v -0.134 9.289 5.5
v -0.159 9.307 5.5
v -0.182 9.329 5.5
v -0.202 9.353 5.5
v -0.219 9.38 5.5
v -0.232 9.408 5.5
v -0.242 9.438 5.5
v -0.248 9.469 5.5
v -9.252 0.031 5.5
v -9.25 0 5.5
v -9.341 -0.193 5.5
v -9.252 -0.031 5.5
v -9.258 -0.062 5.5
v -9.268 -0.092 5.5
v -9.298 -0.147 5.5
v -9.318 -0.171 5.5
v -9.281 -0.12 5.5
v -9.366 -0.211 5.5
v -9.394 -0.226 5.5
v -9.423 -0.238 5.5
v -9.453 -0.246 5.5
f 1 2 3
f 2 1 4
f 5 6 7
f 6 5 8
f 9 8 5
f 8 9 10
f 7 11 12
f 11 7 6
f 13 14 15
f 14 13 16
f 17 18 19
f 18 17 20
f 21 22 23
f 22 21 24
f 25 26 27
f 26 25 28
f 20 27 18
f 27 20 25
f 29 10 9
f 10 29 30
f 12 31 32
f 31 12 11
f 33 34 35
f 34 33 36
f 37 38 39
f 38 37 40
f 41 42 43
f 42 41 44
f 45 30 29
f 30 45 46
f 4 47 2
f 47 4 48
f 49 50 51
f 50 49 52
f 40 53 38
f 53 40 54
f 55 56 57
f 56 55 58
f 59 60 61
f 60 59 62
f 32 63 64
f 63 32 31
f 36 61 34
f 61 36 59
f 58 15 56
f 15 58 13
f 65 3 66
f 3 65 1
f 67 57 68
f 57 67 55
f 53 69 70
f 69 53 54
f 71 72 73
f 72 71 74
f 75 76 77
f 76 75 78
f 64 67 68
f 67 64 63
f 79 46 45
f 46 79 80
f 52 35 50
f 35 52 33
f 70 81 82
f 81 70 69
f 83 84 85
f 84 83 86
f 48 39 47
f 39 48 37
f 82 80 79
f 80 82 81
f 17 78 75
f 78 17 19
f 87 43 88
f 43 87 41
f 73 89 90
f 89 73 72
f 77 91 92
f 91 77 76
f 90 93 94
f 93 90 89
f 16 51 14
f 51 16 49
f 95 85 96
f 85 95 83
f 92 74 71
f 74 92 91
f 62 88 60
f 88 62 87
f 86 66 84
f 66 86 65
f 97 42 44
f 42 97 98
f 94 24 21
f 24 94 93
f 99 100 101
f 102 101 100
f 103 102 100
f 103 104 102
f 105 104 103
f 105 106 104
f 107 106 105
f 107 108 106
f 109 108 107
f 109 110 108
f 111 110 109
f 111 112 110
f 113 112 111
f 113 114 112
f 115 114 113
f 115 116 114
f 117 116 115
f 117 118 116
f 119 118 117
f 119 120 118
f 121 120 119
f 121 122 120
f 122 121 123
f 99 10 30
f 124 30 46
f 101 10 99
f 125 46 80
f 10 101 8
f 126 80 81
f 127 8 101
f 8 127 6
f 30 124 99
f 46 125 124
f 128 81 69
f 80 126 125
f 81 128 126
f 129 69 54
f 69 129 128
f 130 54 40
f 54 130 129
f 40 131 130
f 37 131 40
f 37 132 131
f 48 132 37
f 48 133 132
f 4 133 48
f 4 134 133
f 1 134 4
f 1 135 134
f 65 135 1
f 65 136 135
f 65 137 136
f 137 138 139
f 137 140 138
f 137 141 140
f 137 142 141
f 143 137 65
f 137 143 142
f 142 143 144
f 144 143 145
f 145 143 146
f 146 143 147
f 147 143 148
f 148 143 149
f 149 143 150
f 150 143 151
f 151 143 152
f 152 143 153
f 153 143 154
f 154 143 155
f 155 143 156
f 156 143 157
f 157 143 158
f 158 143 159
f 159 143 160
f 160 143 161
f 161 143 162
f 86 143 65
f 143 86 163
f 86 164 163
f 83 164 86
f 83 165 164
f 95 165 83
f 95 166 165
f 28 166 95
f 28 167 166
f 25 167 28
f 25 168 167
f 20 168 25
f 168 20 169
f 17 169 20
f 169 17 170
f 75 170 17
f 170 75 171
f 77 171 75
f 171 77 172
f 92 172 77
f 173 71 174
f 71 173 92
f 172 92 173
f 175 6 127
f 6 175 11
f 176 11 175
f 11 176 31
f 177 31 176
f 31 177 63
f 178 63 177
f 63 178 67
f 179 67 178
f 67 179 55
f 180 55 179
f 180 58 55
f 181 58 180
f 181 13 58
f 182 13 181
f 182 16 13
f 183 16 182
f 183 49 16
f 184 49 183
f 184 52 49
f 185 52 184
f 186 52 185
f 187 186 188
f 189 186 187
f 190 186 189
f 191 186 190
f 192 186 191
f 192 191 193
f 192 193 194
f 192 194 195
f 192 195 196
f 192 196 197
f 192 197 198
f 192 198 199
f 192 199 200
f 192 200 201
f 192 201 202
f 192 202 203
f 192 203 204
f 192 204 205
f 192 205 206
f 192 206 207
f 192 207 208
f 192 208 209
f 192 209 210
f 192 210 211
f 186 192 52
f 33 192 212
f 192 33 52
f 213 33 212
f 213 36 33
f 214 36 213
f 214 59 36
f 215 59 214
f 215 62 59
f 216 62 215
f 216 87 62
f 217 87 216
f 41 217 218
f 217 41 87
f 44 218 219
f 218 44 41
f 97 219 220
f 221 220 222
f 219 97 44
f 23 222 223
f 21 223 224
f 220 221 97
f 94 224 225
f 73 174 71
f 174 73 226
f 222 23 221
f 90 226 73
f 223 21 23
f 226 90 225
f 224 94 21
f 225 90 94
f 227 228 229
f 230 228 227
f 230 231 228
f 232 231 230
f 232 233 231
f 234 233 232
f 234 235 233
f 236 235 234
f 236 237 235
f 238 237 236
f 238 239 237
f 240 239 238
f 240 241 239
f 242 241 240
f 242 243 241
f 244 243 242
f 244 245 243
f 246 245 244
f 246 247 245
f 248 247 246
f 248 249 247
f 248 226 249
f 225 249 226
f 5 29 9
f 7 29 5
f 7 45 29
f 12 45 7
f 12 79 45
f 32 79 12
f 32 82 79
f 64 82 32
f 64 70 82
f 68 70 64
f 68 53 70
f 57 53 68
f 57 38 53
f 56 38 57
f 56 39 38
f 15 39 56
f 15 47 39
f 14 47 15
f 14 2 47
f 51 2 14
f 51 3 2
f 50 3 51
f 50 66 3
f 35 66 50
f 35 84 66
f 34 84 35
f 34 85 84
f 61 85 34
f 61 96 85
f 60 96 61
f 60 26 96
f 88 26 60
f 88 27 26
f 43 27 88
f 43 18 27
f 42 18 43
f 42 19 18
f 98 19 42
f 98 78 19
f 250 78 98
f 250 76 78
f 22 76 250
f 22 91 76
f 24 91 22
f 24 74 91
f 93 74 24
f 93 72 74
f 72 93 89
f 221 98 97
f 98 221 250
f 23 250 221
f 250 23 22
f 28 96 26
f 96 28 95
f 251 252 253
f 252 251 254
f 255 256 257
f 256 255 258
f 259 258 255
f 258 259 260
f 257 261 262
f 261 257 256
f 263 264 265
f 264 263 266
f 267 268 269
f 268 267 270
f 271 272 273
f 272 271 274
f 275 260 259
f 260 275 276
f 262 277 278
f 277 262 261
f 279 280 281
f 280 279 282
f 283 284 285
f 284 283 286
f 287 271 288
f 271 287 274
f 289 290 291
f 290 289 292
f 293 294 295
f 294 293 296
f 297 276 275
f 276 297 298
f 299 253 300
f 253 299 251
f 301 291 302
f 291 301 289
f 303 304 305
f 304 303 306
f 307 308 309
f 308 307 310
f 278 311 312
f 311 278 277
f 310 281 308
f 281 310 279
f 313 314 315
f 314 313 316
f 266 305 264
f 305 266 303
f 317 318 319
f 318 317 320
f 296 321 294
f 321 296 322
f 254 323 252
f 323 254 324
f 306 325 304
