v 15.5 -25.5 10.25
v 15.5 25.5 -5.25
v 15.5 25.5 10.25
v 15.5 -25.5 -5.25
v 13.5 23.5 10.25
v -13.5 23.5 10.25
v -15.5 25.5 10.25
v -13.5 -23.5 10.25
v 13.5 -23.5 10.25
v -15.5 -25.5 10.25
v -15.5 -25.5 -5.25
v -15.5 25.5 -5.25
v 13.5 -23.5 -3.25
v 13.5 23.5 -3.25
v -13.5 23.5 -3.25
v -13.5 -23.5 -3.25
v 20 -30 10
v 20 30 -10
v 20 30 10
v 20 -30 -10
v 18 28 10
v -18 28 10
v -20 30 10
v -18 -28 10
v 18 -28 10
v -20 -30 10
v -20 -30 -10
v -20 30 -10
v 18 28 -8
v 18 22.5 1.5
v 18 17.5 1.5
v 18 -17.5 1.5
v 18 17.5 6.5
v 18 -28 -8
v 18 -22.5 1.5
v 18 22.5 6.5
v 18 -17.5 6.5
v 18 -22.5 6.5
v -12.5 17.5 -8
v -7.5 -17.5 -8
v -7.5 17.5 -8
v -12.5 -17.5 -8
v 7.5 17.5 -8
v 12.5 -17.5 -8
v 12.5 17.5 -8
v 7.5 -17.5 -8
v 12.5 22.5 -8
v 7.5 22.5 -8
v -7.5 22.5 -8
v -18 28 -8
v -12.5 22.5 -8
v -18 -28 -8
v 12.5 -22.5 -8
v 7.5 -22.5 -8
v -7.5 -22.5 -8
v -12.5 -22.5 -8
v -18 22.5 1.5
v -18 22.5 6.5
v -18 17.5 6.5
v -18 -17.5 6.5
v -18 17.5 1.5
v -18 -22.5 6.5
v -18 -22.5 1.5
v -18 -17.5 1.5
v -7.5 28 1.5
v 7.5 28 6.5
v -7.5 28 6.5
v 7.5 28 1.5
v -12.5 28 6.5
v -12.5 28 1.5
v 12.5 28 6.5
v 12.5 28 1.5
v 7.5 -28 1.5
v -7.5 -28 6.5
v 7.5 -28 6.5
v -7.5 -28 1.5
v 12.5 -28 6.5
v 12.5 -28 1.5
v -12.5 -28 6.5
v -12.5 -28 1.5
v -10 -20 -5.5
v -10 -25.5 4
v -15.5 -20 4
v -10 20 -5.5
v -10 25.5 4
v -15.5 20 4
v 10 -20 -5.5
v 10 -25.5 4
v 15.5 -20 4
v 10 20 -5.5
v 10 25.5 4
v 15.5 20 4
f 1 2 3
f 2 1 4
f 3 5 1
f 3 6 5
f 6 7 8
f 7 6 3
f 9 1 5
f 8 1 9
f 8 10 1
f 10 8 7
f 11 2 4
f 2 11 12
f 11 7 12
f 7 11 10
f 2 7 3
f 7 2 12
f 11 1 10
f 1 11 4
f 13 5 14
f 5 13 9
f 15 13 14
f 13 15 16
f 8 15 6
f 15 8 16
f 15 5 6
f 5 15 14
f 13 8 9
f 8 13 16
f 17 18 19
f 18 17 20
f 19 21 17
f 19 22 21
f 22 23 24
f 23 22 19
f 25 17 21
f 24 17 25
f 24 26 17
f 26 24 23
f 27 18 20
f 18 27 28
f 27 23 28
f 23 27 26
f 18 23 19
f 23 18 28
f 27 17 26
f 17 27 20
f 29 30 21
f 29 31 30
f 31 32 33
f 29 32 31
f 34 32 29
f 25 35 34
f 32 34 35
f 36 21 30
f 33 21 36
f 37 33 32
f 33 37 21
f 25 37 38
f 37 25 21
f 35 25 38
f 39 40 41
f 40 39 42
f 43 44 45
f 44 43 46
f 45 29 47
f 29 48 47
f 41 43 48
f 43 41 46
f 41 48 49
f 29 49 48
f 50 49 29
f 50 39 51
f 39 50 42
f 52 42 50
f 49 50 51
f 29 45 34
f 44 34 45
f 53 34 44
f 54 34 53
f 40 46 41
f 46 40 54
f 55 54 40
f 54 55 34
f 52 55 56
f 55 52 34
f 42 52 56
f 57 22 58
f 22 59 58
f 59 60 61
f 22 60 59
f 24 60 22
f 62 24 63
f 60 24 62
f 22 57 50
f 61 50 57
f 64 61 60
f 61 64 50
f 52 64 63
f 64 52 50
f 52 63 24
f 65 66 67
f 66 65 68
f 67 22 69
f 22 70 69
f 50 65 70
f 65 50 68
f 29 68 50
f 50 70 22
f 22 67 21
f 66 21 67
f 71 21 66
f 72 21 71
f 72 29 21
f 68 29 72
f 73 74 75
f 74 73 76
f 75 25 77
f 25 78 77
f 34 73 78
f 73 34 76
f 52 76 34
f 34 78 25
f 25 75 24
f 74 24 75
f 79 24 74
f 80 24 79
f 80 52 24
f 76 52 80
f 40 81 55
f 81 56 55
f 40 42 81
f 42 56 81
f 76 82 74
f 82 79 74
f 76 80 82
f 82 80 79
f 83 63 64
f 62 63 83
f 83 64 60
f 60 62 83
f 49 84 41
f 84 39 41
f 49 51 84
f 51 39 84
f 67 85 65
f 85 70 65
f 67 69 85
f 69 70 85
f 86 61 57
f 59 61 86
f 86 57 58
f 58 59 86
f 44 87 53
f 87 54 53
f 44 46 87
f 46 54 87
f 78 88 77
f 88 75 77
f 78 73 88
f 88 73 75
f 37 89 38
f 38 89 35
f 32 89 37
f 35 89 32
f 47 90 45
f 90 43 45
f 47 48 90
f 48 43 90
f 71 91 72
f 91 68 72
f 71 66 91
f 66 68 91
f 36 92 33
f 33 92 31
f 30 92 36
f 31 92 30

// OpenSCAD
inner();
outer();

module inner()
{
	translate([0,0,2.5])
	difference()
	{
		cube([36-2*2.5,56-2*2.5,18-2.5], center=true);
		translate([0, 0, 2])
			cube([32-2*2.5,52-2*2.5,18-2.5], center=true);
	}

}

module outer()
{
	union()
	{
		difference()
		{
			cube([40,60,20], center=true);
			translate([0, 0, 2])
				cube([36,56,20], center=true);
		}
	
		for(x=[-1,1])
		for(y=[-1,1])
		{
			translate([x*10,y*20,-8])
				pyramid_45(5, 2.5);
			translate([x*10,y*28,4])
				rotate([y*90, 0, 0])
					pyramid_45(5, 2.5);
			translate([x*18,y*20,4])
				rotate([0, -x*90, 0])
					pyramid_45(5, 2.5);
		}
	}
}


module pyramid_45(side=2.5, height=2.5)
{
polyhedron(
  points=[ [side/2,side/2,0],[side/2,-side/2,0],[-side/2,-side/2,0],
		[-side/2,side/2,0], [0,0,height]  ],
  triangles=[ [0,1,4],[1,2,4],[2,3,4],[3,0,4], 
              [1,0,3],[2,1,3] ] 
 );
}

**PROBLEM**: Out of the data above, give again only the lines starting at the one holding "f 192 194 195" and ending at the one holding "f 21 223 224", unchanged.

**OUTPUT OF THE EXERCISE**:
f 192 194 195
f 192 195 196
f 192 196 197
f 192 197 198
f 192 198 199
f 192 199 200
f 192 200 201
f 192 201 202
f 192 202 203
f 192 203 204
f 192 204 205
f 192 205 206
f 192 206 207
f 192 207 208
f 192 208 209
f 192 209 210
f 192 210 211
f 186 192 52
f 33 192 212
f 192 33 52
f 213 33 212
f 213 36 33
f 214 36 213
f 214 59 36
f 215 59 214
f 215 62 59
f 216 62 215
f 216 87 62
f 217 87 216
f 41 217 218
f 217 41 87
f 44 218 219
f 218 44 41
f 97 219 220
f 221 220 222
f 219 97 44
f 23 222 223
f 21 223 224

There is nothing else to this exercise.